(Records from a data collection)
::::::::::

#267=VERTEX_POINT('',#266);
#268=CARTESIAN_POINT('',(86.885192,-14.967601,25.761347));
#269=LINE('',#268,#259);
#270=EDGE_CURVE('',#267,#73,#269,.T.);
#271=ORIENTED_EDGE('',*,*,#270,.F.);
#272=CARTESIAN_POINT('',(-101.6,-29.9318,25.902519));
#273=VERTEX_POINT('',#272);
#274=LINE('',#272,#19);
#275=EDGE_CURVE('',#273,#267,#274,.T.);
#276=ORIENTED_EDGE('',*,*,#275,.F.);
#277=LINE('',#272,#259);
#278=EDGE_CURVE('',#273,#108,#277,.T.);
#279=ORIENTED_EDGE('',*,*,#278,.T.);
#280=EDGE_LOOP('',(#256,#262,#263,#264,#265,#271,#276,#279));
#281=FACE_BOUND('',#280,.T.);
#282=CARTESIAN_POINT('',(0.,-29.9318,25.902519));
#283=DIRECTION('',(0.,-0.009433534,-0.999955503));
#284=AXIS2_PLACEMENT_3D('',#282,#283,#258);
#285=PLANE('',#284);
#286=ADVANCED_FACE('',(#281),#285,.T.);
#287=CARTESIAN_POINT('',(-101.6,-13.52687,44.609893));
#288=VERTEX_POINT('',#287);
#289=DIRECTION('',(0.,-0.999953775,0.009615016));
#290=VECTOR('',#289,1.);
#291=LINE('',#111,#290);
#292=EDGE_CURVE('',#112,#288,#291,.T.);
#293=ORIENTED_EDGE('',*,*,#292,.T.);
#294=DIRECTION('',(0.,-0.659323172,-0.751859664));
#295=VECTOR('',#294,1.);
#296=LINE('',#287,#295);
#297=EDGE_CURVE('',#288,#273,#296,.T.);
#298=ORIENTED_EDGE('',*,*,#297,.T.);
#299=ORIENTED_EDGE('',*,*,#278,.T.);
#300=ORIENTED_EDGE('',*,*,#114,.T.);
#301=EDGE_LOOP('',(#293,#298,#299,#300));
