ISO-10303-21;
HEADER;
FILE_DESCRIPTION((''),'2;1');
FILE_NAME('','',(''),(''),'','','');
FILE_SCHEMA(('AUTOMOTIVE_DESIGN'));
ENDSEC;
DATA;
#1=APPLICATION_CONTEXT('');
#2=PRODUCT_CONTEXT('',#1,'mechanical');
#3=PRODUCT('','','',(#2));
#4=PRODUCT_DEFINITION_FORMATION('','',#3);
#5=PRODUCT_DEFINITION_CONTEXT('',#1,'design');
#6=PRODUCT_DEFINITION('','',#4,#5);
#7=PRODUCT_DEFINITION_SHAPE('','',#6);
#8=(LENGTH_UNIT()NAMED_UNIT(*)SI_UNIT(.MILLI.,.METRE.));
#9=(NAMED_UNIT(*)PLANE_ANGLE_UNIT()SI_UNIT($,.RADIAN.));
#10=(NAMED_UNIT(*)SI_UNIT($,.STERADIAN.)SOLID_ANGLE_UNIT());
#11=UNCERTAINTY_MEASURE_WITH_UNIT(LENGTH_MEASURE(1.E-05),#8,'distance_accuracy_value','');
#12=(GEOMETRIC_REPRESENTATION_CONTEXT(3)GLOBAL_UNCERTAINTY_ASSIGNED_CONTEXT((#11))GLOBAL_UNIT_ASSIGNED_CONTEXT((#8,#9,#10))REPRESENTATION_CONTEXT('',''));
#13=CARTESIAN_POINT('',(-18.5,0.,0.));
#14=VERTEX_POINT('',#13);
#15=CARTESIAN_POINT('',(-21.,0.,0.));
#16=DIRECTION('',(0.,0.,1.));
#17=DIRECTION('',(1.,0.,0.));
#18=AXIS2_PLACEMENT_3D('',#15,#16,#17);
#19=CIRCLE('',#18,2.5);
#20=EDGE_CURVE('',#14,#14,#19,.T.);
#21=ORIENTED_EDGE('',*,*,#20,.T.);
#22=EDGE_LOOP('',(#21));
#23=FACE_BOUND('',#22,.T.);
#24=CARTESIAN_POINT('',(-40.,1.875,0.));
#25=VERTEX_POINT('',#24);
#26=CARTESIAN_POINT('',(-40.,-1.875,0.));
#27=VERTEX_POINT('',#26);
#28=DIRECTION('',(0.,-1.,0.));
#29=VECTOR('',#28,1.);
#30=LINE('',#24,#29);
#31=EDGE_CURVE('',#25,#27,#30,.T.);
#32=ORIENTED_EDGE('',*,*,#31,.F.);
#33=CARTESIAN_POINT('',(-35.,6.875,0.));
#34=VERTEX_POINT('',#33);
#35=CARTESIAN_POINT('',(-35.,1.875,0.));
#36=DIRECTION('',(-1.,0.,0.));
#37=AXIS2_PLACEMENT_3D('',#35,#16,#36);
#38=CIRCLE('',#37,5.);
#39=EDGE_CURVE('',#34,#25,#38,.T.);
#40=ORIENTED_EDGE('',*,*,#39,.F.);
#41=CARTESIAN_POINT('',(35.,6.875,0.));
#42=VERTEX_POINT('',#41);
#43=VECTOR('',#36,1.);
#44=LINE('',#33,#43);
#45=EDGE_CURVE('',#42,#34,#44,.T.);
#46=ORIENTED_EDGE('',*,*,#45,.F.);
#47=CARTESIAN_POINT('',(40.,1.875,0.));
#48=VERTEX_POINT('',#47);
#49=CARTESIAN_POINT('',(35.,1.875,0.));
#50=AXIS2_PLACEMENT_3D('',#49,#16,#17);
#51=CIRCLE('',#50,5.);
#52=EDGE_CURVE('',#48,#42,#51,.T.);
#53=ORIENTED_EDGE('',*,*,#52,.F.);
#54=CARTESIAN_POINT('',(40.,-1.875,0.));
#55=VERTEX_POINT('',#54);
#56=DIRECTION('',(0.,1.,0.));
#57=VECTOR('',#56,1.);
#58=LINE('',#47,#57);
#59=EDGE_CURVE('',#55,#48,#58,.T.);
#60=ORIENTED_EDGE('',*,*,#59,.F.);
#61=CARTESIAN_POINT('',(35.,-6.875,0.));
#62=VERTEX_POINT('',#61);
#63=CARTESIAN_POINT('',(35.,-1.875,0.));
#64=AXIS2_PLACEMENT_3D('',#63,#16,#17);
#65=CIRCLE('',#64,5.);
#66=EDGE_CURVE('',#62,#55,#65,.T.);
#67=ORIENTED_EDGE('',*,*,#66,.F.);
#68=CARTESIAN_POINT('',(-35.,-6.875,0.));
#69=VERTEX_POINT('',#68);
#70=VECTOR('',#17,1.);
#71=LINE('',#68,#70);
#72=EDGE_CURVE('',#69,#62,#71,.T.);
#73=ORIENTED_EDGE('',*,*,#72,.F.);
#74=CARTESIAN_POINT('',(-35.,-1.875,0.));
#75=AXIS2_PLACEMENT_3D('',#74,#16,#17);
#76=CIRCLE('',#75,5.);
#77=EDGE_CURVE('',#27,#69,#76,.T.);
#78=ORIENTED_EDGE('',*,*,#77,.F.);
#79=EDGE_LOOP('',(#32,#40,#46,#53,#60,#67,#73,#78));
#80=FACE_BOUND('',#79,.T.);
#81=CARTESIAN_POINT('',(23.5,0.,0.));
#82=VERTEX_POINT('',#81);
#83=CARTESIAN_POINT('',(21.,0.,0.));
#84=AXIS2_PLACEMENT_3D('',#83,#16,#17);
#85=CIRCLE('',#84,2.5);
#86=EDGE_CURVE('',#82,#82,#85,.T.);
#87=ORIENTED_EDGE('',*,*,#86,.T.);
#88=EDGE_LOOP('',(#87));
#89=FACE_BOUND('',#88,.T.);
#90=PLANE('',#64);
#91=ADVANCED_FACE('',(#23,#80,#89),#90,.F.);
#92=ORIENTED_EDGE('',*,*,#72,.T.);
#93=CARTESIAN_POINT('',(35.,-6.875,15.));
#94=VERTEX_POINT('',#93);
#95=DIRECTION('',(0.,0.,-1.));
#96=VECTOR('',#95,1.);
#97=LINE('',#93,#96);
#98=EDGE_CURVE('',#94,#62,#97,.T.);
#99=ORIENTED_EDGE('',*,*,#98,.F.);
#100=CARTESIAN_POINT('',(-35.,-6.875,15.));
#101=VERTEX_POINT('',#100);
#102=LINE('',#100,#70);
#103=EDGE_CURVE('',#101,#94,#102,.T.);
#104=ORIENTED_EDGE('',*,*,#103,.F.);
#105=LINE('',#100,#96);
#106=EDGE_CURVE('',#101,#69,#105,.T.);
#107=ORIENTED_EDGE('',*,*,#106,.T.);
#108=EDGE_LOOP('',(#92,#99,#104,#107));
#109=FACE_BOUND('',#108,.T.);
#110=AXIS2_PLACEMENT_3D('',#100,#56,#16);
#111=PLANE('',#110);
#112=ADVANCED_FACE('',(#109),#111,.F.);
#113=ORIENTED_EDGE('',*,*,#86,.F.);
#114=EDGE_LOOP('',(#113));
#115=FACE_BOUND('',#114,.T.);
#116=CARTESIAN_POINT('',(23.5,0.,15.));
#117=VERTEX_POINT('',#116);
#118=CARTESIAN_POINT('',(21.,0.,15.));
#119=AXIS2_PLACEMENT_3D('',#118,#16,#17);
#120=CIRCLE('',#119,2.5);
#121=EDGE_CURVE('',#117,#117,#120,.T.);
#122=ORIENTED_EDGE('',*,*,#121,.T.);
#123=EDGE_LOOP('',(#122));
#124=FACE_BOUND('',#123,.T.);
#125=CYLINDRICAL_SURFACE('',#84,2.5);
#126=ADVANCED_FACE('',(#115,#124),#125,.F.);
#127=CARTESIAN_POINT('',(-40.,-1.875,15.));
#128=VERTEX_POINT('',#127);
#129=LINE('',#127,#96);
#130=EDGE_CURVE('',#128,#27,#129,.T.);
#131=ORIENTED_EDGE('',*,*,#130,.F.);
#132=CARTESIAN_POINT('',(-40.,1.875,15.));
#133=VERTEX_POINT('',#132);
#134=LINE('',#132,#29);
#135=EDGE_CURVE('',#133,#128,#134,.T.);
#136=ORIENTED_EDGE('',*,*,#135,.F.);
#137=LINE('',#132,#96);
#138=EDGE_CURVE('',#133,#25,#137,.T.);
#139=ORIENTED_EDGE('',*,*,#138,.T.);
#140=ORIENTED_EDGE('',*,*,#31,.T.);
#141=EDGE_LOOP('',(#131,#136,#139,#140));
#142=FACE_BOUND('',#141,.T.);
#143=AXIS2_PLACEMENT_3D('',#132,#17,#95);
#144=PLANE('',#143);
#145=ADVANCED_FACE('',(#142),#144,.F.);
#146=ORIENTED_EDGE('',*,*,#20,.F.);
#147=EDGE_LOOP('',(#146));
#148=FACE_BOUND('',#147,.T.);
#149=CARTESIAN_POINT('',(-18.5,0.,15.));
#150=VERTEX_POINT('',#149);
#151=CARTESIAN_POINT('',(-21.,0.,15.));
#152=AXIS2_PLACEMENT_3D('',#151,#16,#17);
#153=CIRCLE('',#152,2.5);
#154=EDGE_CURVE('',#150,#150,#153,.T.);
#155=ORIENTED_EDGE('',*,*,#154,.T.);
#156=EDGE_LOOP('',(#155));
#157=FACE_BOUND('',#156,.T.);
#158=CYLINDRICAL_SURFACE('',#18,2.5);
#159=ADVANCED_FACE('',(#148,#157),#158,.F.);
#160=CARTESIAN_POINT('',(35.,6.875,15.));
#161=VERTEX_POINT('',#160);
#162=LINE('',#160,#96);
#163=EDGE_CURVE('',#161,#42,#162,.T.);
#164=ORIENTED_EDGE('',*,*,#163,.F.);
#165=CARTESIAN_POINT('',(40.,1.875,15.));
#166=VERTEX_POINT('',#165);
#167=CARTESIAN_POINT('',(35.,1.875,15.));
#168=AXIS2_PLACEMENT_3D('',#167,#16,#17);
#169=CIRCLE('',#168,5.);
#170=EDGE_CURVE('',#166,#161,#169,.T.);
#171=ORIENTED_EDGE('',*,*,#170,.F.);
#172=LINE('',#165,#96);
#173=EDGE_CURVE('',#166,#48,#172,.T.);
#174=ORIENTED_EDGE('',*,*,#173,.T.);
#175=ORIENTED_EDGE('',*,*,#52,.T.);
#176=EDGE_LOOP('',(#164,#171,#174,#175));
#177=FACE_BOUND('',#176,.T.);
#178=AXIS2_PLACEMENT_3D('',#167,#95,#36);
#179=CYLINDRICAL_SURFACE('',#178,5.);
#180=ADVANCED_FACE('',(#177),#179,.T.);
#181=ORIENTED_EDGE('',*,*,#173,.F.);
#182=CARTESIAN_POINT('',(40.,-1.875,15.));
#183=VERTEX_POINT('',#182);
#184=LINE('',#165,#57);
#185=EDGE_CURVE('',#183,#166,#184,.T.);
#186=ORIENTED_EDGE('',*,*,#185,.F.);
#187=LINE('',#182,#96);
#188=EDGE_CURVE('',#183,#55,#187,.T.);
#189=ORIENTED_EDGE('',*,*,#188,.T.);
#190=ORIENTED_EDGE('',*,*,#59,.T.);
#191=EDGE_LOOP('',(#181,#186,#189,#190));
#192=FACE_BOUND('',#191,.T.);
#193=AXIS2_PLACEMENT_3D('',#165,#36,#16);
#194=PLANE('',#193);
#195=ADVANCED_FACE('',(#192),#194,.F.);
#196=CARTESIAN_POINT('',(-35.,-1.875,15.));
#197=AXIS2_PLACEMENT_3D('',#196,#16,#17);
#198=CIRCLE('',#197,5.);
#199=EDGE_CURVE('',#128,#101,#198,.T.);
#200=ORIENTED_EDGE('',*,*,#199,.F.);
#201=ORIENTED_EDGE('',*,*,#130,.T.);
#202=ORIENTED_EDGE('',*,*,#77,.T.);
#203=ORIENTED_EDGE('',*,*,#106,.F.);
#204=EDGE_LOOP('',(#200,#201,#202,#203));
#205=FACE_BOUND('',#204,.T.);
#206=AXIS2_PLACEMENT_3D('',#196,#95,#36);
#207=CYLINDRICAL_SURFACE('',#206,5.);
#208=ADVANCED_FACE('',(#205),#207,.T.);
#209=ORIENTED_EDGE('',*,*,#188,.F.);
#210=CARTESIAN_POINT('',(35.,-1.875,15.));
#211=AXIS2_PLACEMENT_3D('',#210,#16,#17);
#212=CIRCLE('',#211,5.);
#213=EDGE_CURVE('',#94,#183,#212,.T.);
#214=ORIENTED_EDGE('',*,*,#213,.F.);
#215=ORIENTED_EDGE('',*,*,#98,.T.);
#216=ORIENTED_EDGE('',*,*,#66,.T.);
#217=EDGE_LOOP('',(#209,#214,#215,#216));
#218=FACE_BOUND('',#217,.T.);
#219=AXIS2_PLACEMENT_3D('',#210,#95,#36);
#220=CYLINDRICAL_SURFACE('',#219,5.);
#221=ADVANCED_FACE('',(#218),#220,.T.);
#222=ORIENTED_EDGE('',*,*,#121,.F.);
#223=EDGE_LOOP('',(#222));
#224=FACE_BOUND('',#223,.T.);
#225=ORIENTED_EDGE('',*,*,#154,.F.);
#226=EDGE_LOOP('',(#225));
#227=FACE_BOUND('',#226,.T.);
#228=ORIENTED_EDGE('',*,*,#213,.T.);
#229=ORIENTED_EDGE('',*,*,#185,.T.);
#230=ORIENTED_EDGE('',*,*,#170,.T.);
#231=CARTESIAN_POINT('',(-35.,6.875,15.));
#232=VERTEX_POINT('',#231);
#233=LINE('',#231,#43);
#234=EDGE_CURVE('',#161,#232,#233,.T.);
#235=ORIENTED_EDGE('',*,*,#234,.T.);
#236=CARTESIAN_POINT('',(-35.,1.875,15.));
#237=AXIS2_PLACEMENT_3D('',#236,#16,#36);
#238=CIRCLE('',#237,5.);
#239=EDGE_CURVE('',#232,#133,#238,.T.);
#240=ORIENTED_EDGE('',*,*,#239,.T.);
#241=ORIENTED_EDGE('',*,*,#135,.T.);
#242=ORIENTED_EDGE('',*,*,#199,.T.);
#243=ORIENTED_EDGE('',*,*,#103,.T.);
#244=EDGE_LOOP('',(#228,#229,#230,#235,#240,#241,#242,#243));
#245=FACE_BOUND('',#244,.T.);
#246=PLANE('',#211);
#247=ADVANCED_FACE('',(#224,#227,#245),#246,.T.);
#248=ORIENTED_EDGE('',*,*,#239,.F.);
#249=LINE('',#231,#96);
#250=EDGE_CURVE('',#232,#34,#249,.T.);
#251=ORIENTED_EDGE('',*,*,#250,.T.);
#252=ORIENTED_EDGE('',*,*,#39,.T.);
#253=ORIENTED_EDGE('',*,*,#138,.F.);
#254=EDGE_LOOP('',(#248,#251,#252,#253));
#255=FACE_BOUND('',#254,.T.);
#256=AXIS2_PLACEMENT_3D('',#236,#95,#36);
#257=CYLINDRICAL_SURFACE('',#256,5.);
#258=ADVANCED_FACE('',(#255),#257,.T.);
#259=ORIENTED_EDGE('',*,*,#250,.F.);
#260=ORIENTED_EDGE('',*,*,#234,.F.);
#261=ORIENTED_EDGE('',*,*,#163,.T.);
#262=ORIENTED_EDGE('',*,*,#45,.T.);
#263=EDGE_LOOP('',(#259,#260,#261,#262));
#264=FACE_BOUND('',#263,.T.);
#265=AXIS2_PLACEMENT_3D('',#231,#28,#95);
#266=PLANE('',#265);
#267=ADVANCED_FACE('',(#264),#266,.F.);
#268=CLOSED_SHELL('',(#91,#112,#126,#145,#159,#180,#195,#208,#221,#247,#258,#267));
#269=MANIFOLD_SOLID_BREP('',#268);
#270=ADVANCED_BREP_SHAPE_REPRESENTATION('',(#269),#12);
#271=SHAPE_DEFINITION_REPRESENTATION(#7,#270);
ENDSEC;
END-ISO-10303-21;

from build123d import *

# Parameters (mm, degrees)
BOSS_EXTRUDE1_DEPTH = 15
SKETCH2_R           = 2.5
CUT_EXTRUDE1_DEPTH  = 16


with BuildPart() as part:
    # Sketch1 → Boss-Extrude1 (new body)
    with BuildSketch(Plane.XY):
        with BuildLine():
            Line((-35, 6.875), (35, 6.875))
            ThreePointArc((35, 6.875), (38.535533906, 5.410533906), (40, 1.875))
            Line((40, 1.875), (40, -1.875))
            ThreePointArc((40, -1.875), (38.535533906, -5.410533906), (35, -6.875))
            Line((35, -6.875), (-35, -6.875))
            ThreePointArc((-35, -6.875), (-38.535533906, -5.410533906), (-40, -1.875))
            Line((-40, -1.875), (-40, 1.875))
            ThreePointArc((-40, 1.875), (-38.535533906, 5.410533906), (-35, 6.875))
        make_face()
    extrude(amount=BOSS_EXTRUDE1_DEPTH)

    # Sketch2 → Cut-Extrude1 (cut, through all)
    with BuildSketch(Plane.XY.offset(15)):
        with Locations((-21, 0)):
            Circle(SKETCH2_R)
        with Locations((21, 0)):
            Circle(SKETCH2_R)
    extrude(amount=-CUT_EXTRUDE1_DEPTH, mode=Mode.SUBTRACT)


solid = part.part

::::::::::

## Work instructions
Which of the lines above carry the string "VECTOR"? Pick them out and copy them.

## Output for this exercise
#290=VECTOR('',#289,1.);
#295=VECTOR('',#294,1.);
#29=VECTOR('',#28,1.);
#43=VECTOR('',#36,1.);
#57=VECTOR('',#56,1.);
#70=VECTOR('',#17,1.);
#96=VECTOR('',#95,1.);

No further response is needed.